Spike: Implement `POST /v3/packages/:guid/upload`

[tcdowney]

Background

CF for VMs context

During cf push the CLI will package up the local app source code into a zip file (referred to as app bits) and send it to the Cloud Controller API. The Cloud Controller API will do some additional processing (a big portion of this is a feature called resource matching which we can ignore for now) and send the app bits to the packages bucket in the blobstore. The associated CF Package for these bits will be updated to have the state READY to indicate that the source code has been fully uploaded.

CF for K8s context

In CF for K8s we use kpack for application staging and provide the app source code as an OCI image. In this flow the CLI will still package the local app source code as a zip file and sent it to the Cloud Controller API. Instead of sending it to a blobstore, though, Cloud Controller will pass the zip off to another component called registry-buddy which converts the zip file into a single-layer OCI image that contains the app source. It then pushes that image to an image registry. Once this is done the associated CF Package is updated to have the state READY and Cloud Controller implicitly knows where the image was pushed to based on the configured image registry / package guid.

What to do

The CF API shim will be performing the roles of Cloud Controller and registry-buddy in this case. Implement the POST /v3/packages/:guid/upload endpoint (see docs) on the shim and have it convert the zip file into an OCI Image that kpack can use as a source. Then update the associated Package to refer to it (see https://github.com/cloudfoundry/cf-crd-explorations/issues/6 for how this looks and is used).

Acceptance Criteria

GIVEN I have the shim deployed to a cluster WHEN I run the following curl

curl "http://api-shim.example.org/v3/packages/[guid]/upload" \
  -X POST \
  -F bits=@"path-to-app-source.zip" \

AND It finished uploading / conversion THEN I can kubectl get packages [guid] -o yaml to see where the app source image was pushed to AND I can docker pull the image to verify that it contains the app source code*

*Alternatively based on #6 you may be able to use the CF Package with CF Build to get kpack to stage it.

---

Dev Notes

• The registry-buddy code copy pasted some code from the https://github.com/buildpacks/pack (see https://github.com/buildpacks/pack/issues/814). They've updated that code to be public so we may be able to just consume it directly.
• Zip to OCI Image conversion uses a lot of memory in cf-for-k8s. For the spike the simplest thing to do is just have the CF API shim do the conversion directly, but it might be valuable to have the converter / shim be independently scalable.
• REST API request would be a MULTIPART upload.

[matt-royal]

After discussion, @tcdowney and I have decided not to consider resource matching or making this component independently scalable for this work.

[tcdowney]

Tasks

• [x] Implement multipart form handler (nginx portion)
• [x] Figure out how to configure shim to talk to a registry
• [x] Use packages from https://github.com/buildpacks/pack/issues/814 to convert the app source code to an image
• [x] Upload image to registry
• [x] Set Package State in response based on Status Conditions

[akrishna90]

CF Package response is missing Package.State info that needs to be derived based on the status conditions

[akrishna90]

From @Birdrock : Should state be a separate status? Or do we derive state from the other statuses directly? Output:

• States are derived from Conditions

• Helper functions that take the Conditions and return a State string

• A dedicated Condition should be avoided since it is a calculated value from other Conditions

• State is not a useful construct to a kubectl power user.

[akrishna90]

Miro link for Package Conditions to State mapping table : https://miro.com/app/board/o9J_lFiI8CU=/?moveToWidget=3074457361338757508&cot=14

[matt-royal]

We were able to verify that the acceptance criteria were met.

[akrishna90]

During implementation of this Spike, few open questions popped up about image registries and how access information for these registries would stored and shared. We are capturing those questions here.

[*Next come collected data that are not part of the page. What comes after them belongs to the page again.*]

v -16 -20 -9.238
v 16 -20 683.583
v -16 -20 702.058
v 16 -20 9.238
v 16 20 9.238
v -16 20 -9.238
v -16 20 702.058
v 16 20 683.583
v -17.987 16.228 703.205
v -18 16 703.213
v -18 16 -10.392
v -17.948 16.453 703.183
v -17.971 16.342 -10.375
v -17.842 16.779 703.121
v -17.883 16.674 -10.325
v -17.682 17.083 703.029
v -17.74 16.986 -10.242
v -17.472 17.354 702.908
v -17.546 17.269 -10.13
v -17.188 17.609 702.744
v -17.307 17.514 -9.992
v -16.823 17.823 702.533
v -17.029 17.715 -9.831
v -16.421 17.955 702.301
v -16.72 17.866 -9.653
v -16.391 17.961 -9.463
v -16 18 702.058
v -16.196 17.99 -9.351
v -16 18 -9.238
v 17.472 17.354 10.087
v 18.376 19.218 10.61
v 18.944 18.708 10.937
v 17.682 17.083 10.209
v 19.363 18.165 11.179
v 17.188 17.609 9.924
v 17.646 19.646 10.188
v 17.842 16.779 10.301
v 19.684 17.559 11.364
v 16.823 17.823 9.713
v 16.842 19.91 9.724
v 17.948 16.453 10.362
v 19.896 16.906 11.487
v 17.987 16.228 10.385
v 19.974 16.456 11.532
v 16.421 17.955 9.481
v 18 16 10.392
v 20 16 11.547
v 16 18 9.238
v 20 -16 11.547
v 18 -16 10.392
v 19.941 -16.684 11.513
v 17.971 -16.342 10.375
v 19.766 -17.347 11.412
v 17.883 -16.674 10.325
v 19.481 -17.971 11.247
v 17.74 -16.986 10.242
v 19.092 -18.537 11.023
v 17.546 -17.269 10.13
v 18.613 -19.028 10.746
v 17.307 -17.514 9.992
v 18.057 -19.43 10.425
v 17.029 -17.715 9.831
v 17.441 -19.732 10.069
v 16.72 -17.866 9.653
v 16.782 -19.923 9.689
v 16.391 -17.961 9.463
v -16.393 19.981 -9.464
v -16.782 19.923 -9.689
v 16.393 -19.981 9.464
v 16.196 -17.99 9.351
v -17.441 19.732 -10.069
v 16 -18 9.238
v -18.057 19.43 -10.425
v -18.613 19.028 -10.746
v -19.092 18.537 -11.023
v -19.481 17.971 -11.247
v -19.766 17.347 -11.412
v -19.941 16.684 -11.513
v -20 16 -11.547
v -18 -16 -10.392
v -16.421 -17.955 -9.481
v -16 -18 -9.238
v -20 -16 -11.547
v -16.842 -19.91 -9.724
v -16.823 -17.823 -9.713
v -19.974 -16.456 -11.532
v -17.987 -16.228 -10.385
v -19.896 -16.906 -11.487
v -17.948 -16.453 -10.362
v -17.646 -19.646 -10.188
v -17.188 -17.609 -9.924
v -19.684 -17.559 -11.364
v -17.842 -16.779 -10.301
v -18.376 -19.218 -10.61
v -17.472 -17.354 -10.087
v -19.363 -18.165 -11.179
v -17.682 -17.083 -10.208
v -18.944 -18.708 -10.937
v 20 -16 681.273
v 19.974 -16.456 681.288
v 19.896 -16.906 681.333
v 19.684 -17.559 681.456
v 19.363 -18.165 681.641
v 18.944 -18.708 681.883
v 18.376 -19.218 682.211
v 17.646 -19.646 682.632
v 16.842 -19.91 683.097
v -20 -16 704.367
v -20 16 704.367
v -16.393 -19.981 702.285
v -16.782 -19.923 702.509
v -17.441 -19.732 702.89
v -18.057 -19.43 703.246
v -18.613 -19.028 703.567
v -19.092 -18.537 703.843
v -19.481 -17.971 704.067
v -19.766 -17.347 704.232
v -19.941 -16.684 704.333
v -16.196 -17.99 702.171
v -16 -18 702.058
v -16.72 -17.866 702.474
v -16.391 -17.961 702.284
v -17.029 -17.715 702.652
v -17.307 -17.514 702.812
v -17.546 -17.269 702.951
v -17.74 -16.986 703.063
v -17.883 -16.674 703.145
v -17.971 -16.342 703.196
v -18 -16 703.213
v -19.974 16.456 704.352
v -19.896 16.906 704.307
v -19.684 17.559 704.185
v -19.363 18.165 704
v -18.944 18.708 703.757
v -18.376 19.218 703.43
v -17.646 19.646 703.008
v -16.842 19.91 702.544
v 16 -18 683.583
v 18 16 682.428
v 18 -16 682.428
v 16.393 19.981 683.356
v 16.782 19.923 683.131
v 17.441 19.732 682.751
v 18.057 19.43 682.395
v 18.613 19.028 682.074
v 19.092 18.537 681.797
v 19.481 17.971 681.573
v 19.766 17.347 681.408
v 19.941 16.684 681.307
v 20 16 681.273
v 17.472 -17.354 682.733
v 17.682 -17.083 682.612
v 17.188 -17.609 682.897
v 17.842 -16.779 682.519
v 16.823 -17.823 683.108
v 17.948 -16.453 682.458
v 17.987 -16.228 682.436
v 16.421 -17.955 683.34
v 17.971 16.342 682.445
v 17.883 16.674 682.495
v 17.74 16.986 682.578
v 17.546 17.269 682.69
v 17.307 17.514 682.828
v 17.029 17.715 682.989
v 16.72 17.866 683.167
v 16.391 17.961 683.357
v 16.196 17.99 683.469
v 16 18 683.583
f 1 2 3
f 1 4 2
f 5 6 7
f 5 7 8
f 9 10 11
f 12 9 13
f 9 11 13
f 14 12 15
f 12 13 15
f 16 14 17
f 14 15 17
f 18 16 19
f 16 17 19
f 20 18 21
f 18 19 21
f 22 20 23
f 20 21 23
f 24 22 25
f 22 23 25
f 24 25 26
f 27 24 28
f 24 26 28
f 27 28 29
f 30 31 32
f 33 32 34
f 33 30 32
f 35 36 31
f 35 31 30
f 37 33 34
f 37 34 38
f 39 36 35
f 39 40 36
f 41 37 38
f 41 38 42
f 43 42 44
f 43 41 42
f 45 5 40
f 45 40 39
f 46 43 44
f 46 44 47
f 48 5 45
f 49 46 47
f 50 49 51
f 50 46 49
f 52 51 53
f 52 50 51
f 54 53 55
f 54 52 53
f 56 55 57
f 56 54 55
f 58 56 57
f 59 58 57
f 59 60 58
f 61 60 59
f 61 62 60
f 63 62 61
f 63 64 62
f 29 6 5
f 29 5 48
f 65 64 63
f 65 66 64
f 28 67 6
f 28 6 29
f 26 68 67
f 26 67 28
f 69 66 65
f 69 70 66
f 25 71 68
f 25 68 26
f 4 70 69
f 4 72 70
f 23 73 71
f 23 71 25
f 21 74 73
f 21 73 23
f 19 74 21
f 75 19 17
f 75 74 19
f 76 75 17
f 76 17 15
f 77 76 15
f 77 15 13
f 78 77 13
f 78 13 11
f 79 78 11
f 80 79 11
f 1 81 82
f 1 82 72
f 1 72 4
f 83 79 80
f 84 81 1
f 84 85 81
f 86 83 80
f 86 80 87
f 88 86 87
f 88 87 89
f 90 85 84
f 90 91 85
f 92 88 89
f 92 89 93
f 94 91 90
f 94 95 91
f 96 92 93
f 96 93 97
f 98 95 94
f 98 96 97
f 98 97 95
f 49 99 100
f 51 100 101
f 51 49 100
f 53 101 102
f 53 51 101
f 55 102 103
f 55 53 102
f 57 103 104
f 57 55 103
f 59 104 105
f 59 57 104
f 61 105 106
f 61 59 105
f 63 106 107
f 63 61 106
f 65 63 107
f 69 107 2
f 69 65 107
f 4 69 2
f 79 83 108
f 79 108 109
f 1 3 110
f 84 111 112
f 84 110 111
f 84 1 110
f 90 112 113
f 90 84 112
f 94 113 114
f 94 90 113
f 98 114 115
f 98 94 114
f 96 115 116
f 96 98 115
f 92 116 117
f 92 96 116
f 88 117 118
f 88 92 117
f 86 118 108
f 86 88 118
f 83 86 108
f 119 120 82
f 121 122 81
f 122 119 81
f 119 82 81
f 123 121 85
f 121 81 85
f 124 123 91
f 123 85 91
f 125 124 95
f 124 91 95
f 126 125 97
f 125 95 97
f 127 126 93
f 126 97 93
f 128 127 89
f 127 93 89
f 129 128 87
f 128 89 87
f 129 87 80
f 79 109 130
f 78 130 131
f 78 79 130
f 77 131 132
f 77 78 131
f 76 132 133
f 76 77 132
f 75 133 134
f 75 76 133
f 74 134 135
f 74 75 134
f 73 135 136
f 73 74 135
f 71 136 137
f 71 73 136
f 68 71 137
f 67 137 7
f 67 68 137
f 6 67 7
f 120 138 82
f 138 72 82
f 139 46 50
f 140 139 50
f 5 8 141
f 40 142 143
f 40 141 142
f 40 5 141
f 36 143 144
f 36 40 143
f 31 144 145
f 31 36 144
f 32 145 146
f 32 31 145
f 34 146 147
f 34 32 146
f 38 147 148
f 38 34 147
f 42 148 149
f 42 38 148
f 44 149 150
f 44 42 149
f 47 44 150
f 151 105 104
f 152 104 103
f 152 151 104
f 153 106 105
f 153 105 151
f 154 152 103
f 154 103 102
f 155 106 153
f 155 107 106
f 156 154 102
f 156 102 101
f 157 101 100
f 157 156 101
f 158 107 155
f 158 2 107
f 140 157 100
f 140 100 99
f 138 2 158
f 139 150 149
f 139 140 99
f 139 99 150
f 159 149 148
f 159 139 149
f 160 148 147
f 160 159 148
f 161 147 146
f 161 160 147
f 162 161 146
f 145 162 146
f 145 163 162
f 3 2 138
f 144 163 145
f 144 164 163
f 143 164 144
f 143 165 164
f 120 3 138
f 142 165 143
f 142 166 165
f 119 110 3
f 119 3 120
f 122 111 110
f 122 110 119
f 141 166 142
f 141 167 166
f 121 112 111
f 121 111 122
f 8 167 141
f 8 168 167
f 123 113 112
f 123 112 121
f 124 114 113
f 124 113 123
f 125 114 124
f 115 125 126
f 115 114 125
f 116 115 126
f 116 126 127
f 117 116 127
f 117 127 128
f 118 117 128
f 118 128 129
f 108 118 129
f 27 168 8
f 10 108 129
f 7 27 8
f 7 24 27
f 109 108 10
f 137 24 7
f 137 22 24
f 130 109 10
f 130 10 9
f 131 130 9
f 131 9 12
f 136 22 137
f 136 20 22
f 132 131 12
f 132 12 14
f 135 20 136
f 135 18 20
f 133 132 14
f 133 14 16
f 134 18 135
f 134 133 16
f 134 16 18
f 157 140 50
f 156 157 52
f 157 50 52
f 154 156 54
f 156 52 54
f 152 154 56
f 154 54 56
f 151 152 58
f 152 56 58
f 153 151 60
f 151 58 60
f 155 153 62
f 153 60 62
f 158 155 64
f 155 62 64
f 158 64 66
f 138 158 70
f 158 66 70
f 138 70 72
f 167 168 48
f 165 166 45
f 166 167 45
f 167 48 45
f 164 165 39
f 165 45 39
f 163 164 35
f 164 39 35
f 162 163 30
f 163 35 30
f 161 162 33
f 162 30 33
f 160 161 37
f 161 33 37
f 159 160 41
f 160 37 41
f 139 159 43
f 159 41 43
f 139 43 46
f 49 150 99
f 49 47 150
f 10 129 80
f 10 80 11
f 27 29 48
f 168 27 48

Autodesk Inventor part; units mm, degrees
ref_plane "Start Plane" through (0, 0, -11.547) normal (0, 0, 1) x (1, 0, 0)
ref_plane "End Plane" through (0, 0, 704.3673) normal (0, 0, 1) x (1, 0, 0)
sketch "Sketch" plane through (0, 0, 0) normal (0, 0, 1) x (1, 0, 0)
  line L0 (-20, -16) -> (-20, 16)
  line L1 (-16, 20) -> (16, 20)
  line L2 (20, 16) -> (20, -16)
  line L3 (16, -20) -> (-16, -20)
  arc A0 (-20, -16) -> (-16, -20) centre (-16, -16) ccw
  arc A1 (20, 16) -> (16, 20) centre (16, 16) ccw
  arc A2 (-16, 20) -> (-20, 16) centre (-16, 16) ccw
  arc A3 (16, -20) -> (20, -16) centre (16, -16) ccw
  arc A4 (-16, 18) -> (-18, 16) centre (-16, 16) ccw
  line L4 (-16, 18) -> (16, 18)
  arc A5 (18, 16) -> (16, 18) centre (16, 16) ccw
  line L5 (18, 16) -> (18, -16)
  arc A6 (16, -18) -> (18, -16) centre (16, -16) ccw
  line L6 (16, -18) -> (-16, -18)
  arc A7 (-18, -16) -> (-16, -18) centre (-16, -16) ccw
  line L7 (-18, -16) -> (-18, 16)
  line L8 (0, 29.1598) -> (0, -29.1598) construction
  line L9 (-29.1598, 0) -> (29.1598, 0) construction
  dimension "d7" = 4
  dimension "d9" = 40
  dimension "d11" = 40
  dimension "d12" = 2
  dimension "d15" = 20
  dimension "d16" = 20
extrude "Body" add sketch "Sketch" along normal up to surface (715.9143 mm away) from surface at -11.547
sketch "Sketch3" plane through (0, 0, 0) normal (0, 0, 1) x (1, 0, 0)
  line L0 (0, 0) -> (10, 0)
ref_plane "Work Plane3" through (0, 0, 0) normal (0, -1, 0) x (1, 0, 0)
sketch "Sketch4" plane through (0, 0, 0) normal (0, -1, 0) x (1, 0, 0)
  line L0 (-2, -11.547) -> (12, -11.547)
  line L1 (-2, 704.3673) -> (12, 704.3673)
  dimension "d18" = 715.9143
ref_plane "Work Plane4" through (-20, 0, -11.547) normal (0.5, 0, -0.866) x (-0.866, 0, -0.5)
split "Split1" plane through (-20, 0, -11.547) removes the side toward (0.5, 0, -0.866)
ref_plane "Work Plane5" through (-20, 0, 704.3673) normal (0.5, 0, 0.866) x (0.866, 0, -0.5)
split "Split2" plane through (-20, 0, 704.3673) removes the side toward (0.5, 0, 0.866)
equation "\"d7\" = G_IR"
equation "\"d9\" = G_W"
equation "\"d11\" = G_H"
equation "\"d12\" = G_T"
equation "\"d15\" = 0.5 * d9"
equation "\"d16\" = 0.5 * d11"
equation "\"d3\" = G_L"
equation "\"G_W\" = 40"
equation "\"G_H\" = 40"
equation "\"G_T\" = 2"
equation "\"G_IR\" = 4"
equation "\"G_L\" = d18"
equation "\"G_OFFSET_START\" = 11.54701"
equation "\"G_OFFSET_END\" = 11.54701"
equation "\"d13\" = -G_OFFSET_START"
equation "\"d14\" = G_OFFSET_END + B_L"
equation "\"B_L\" = 692.82032"
properties part number "ISO 10799-2 - 40x40x2 - 715,91" material "Steel, Mild"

1. CF for VMs traditionally had and supported a single blobstore. In Kubernetes world there is no such restriction when it comes to image registries. This opens a question whether we confine to a single registry with our implementation or do we support multiple registries? (Note - current spike implementation has 2 image registries - a package registry and kpack registry)
2. Access credentials for the registry (image registry host url, repository within the registry, username, password) are passed to the shim using namespace scoped secret object. How to make this secret available on arbitrary namespaces?
   • Make the secret a cluster scoped resource?
   • Add secret to the namespace during namespace creation/initialization? Note: Problem with Namespace scoped objects goes beyond just secrets - read issue/59 for more info.